Marriage numbers are declining in America and in many parts of the world. There is now a very noticeable divide in the likelihood of marriage among the young.  Increasingly in America, it is the devoutly religious who are the most likely to marry. This is largely due to shifts among the young in their views of marriage. (Many warned that one of the dangers of redefining marriage would be a devaluing of the institution.) While young people still desire marriage, the proportion of Millennials (those aged 22-40) who do marry has been declining as they prioritize other life goals such as education and career over marriage.

As for the religious divide, a 16-year recent longitudinal study found that 97% of highly religious men were likely to be married by their mid-40s, compared to only 65% of non-religious men.

This creates a social divide as reported by the Institute for Family Values.  They found that married Millennials:

  • were more likely to report satisfying and stable relationships compared to Millennials in other types of committed relationships;
  • were more likely to have better access to health care, retirement benefits, and insurance compared to unmarried Millennials;
  • reported better health and more regular exercise than those who weren’t married;
  • were significantly less likely to report depression than single Millennials.
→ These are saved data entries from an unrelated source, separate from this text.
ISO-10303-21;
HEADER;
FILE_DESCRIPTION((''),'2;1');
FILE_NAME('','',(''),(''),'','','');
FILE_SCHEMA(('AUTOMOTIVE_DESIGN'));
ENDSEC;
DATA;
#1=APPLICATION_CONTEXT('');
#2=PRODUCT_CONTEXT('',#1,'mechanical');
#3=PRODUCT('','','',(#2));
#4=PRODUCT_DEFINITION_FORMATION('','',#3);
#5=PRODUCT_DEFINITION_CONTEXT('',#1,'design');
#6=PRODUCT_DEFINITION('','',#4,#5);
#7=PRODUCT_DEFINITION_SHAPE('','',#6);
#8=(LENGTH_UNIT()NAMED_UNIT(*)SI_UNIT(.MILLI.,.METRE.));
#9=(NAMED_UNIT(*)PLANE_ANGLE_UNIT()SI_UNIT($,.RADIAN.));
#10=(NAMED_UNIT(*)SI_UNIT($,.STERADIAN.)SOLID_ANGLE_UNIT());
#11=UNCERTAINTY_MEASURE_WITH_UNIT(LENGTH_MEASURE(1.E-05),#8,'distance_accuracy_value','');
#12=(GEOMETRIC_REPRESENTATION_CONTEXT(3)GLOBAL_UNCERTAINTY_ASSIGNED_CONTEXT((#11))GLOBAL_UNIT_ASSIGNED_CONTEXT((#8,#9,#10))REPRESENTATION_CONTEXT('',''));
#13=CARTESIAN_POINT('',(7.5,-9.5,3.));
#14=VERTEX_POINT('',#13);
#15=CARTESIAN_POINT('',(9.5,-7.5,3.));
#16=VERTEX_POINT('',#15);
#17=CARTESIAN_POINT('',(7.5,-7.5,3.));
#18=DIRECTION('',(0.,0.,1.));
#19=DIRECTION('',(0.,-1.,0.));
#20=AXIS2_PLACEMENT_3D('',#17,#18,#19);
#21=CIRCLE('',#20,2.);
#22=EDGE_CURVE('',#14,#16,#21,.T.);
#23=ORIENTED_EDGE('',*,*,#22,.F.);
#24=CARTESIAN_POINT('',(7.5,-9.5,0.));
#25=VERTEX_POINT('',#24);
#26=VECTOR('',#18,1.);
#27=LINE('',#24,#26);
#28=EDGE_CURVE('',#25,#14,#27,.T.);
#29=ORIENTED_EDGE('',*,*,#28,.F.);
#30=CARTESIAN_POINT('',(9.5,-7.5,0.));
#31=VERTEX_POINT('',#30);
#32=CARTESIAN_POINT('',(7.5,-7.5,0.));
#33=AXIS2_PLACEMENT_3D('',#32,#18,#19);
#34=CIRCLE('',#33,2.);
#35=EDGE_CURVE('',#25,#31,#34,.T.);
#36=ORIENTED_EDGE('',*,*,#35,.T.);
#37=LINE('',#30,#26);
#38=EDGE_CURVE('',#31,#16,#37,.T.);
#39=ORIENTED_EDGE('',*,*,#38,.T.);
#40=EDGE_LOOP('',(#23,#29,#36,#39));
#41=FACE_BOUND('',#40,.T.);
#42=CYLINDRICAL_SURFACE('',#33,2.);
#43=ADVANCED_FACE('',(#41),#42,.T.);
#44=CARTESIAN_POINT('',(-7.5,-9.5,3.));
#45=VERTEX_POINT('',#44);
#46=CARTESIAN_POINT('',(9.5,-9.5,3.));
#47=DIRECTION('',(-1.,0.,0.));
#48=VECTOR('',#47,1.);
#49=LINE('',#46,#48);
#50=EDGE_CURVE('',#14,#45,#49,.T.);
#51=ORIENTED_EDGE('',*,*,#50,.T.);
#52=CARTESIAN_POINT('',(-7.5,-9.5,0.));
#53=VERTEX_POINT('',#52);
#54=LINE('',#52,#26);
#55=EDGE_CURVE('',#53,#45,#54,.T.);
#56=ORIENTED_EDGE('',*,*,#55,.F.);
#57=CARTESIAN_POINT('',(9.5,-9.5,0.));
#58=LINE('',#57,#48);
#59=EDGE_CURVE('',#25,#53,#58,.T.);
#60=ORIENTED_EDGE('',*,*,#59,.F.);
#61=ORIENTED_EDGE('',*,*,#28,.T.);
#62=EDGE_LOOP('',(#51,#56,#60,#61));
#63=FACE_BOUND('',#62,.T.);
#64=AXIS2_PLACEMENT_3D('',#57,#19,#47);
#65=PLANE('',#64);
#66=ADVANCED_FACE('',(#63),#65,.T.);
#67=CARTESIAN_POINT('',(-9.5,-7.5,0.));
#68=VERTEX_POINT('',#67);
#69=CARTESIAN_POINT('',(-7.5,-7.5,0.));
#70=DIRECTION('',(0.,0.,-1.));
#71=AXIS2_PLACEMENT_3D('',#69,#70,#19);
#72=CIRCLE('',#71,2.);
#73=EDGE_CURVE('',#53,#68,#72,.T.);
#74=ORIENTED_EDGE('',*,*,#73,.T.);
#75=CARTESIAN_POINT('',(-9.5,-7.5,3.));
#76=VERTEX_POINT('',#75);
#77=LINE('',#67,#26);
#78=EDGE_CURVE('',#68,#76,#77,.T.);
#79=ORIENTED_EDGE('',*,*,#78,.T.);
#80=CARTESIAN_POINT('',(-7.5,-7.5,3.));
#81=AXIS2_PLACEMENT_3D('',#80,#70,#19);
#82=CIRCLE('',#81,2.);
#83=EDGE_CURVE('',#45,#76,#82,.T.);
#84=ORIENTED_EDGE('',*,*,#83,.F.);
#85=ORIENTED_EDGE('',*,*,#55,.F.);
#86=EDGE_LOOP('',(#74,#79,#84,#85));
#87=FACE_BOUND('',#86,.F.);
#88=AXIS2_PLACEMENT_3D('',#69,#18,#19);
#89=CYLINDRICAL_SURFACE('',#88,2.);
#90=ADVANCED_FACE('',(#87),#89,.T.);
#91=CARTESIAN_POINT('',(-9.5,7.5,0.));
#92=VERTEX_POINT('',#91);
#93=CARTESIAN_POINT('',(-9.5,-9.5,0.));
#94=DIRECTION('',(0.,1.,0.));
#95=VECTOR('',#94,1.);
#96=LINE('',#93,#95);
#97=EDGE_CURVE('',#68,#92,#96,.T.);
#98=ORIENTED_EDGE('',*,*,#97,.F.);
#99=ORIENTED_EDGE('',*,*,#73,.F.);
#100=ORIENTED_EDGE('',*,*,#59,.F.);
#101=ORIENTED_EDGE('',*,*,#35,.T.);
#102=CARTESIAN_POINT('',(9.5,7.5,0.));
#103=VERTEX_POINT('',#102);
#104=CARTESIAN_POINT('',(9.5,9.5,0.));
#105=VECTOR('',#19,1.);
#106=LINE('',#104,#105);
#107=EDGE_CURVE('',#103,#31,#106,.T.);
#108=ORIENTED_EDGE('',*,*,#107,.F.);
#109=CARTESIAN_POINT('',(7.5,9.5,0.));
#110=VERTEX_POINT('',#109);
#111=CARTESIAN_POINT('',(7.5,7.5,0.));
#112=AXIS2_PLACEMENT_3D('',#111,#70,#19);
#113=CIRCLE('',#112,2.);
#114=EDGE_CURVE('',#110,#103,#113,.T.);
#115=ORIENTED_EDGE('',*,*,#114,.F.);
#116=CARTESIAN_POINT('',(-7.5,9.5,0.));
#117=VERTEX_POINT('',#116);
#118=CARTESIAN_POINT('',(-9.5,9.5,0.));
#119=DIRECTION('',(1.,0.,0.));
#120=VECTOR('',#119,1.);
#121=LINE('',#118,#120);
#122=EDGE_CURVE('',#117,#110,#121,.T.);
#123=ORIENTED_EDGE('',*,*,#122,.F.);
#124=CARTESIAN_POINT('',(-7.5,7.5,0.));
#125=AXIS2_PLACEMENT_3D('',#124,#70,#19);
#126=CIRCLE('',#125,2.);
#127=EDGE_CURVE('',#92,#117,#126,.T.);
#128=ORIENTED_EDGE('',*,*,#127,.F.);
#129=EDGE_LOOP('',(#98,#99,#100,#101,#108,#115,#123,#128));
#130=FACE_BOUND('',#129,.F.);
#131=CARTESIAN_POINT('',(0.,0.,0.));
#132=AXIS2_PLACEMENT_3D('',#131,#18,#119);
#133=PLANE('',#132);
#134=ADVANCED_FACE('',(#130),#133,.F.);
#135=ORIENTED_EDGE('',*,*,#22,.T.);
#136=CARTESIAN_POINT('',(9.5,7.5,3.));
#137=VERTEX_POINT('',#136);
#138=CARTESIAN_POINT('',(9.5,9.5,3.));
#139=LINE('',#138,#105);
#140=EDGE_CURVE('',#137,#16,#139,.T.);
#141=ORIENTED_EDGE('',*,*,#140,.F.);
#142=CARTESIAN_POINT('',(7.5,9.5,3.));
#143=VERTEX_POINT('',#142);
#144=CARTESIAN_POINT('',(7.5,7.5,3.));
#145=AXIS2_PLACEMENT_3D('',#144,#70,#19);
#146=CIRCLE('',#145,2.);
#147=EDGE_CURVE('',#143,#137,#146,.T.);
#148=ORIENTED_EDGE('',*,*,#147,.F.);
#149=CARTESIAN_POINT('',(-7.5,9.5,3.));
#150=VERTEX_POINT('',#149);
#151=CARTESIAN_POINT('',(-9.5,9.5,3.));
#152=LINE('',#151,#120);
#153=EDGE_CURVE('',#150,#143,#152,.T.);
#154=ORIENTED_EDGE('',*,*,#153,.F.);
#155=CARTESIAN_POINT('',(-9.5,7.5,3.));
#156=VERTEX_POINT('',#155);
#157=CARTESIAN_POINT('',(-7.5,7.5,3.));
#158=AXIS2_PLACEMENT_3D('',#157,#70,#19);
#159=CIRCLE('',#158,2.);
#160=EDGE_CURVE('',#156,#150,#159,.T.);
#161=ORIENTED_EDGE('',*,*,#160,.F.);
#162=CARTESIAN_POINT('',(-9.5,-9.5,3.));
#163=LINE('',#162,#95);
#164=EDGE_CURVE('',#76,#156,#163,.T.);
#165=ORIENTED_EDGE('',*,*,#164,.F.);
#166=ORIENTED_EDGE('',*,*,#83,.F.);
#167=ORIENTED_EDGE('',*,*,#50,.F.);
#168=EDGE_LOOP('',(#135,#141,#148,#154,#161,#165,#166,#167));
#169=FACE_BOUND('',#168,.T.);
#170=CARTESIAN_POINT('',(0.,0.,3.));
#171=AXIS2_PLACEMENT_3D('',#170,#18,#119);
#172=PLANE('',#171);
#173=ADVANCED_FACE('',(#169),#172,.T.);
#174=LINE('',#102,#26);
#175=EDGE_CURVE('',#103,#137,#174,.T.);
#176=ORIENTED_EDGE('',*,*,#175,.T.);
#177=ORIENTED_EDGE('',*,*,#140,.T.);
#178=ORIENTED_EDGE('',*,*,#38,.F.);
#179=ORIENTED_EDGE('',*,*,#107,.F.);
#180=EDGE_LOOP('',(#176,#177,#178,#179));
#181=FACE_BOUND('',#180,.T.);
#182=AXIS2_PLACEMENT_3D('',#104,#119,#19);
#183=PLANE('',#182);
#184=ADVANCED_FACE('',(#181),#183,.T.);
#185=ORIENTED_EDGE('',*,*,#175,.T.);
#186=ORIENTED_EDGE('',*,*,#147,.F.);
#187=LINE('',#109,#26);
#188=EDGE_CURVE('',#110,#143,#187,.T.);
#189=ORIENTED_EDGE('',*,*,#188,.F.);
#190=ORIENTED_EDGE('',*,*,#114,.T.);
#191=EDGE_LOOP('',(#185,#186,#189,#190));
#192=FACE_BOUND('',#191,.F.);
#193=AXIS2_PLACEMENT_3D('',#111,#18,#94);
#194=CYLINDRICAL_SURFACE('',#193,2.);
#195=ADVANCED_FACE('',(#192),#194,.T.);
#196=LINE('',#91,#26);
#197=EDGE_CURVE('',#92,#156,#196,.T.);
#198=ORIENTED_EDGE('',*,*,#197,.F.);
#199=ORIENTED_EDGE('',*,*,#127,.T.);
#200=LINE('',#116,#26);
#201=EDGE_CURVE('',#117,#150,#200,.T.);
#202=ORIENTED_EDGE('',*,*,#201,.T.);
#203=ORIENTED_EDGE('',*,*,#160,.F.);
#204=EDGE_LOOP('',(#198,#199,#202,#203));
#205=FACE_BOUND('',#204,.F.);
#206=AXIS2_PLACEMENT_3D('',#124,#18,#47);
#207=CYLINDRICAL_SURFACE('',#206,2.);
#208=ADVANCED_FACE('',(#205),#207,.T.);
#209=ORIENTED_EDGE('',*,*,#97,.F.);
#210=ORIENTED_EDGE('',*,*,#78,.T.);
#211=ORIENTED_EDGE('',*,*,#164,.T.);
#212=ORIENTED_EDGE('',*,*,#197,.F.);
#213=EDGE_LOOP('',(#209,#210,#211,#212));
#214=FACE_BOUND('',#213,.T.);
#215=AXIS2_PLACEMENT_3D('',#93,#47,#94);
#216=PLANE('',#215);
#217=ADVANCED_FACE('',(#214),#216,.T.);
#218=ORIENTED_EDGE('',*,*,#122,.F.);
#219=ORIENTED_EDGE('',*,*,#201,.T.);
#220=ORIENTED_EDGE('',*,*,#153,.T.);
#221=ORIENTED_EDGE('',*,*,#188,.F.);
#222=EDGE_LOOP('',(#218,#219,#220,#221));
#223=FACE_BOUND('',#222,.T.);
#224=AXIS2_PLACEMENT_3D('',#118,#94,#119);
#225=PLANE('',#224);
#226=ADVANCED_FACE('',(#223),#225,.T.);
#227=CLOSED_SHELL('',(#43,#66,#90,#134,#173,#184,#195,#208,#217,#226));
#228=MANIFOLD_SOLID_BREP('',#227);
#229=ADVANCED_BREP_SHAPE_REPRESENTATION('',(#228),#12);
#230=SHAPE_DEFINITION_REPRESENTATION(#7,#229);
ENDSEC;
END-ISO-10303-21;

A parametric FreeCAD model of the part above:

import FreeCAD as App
import Part
import Sketcher
from FreeCAD import Vector
Q = App.Units.Quantity


def edges_at(feature, points):
    """Names of the edges that pass closest to the given points."""
    edges = feature.Shape.Edges
    near = lambda p: min(range(len(edges)), key=lambda i: edges[i].distToShape(Part.Vertex(*p))[0])
    return sorted({f"Edge{near(p) + 1}" for p in points})


def add_polygon(sketch, points):
    """Adds a closed chain of lines whose ends are joined by coincident constraints."""
    first, n = sketch.GeometryCount, len(points)
    for a, b in zip(points, points[1:] + points[:1]):
        sketch.addGeometry(Part.LineSegment(App.Vector(*a, 0), App.Vector(*b, 0)), False)
    for i in range(n):
        sketch.addConstraint(Sketcher.Constraint("Coincident", first + i, 2, first + (i + 1) % n, 1))

doc = App.newDocument("Part")
body = doc.addObject("PartDesign::Body", "Body")

sketch1 = body.newObject("Sketcher::SketchObject", "Sketch")
sketch1.AttachmentSupport = (doc.getObject("XY_Plane"), [""])
sketch1.MapMode = "FlatFace"
add_polygon(sketch1, [(-10, -10), (10, -10), (10, 10), (-10, 10)])
sketch1.addConstraint([
    Sketcher.Constraint("Horizontal", 0),
    Sketcher.Constraint("Vertical", 1),
    Sketcher.Constraint("Horizontal", 2),
    Sketcher.Constraint("Vertical", 3),
    Sketcher.Constraint("Symmetric", 0, 2, 2, 2, -1, 1),
    Sketcher.Constraint("Equal", 2, 1),
    Sketcher.Constraint("DistanceX", 0, 1, 0, 2, Q("19 mm")),
])
pad1 = body.newObject("PartDesign::Pad", "Pad")
pad1.Profile = sketch1
pad1.Length = 3
doc.recompute()

fillet = body.newObject("PartDesign::Fillet", "Fillet")
fillet.Base = (pad1, edges_at(pad1, [
    (-9.5, -9.5, 1.5),
    (9.5, -9.5, 1.5),
    (9.5, 9.5, 1.5),
    (-9.5, 9.5, 1.5),
]))
fillet.Radius = 2

doc.recompute()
You can read more about this here: Marriage is Increasingly an Institution of the Highly Religious: Why That Might Be a Problem


Micah Clark
In 1989 Micah Clark graduated from Southwest Baptist University in Bolivar, Missouri with a bachelor’s degree in Political Science. Micah interned as a member of the Indiana House of Representatives’ Republican staff and later became an Assistant Campaign Manager for a State Senator. Micah then served as a legislative assistant for Citizens Concerned for the Constitution. He served as the Indiana Family Institute’s Director of Public Policy, and later as its Executive Director, throughout the 1990’s. Micah is the only person to have served with all three of Indiana’s top statewide pro-family organizations. In November 2001, Micah became the Executive...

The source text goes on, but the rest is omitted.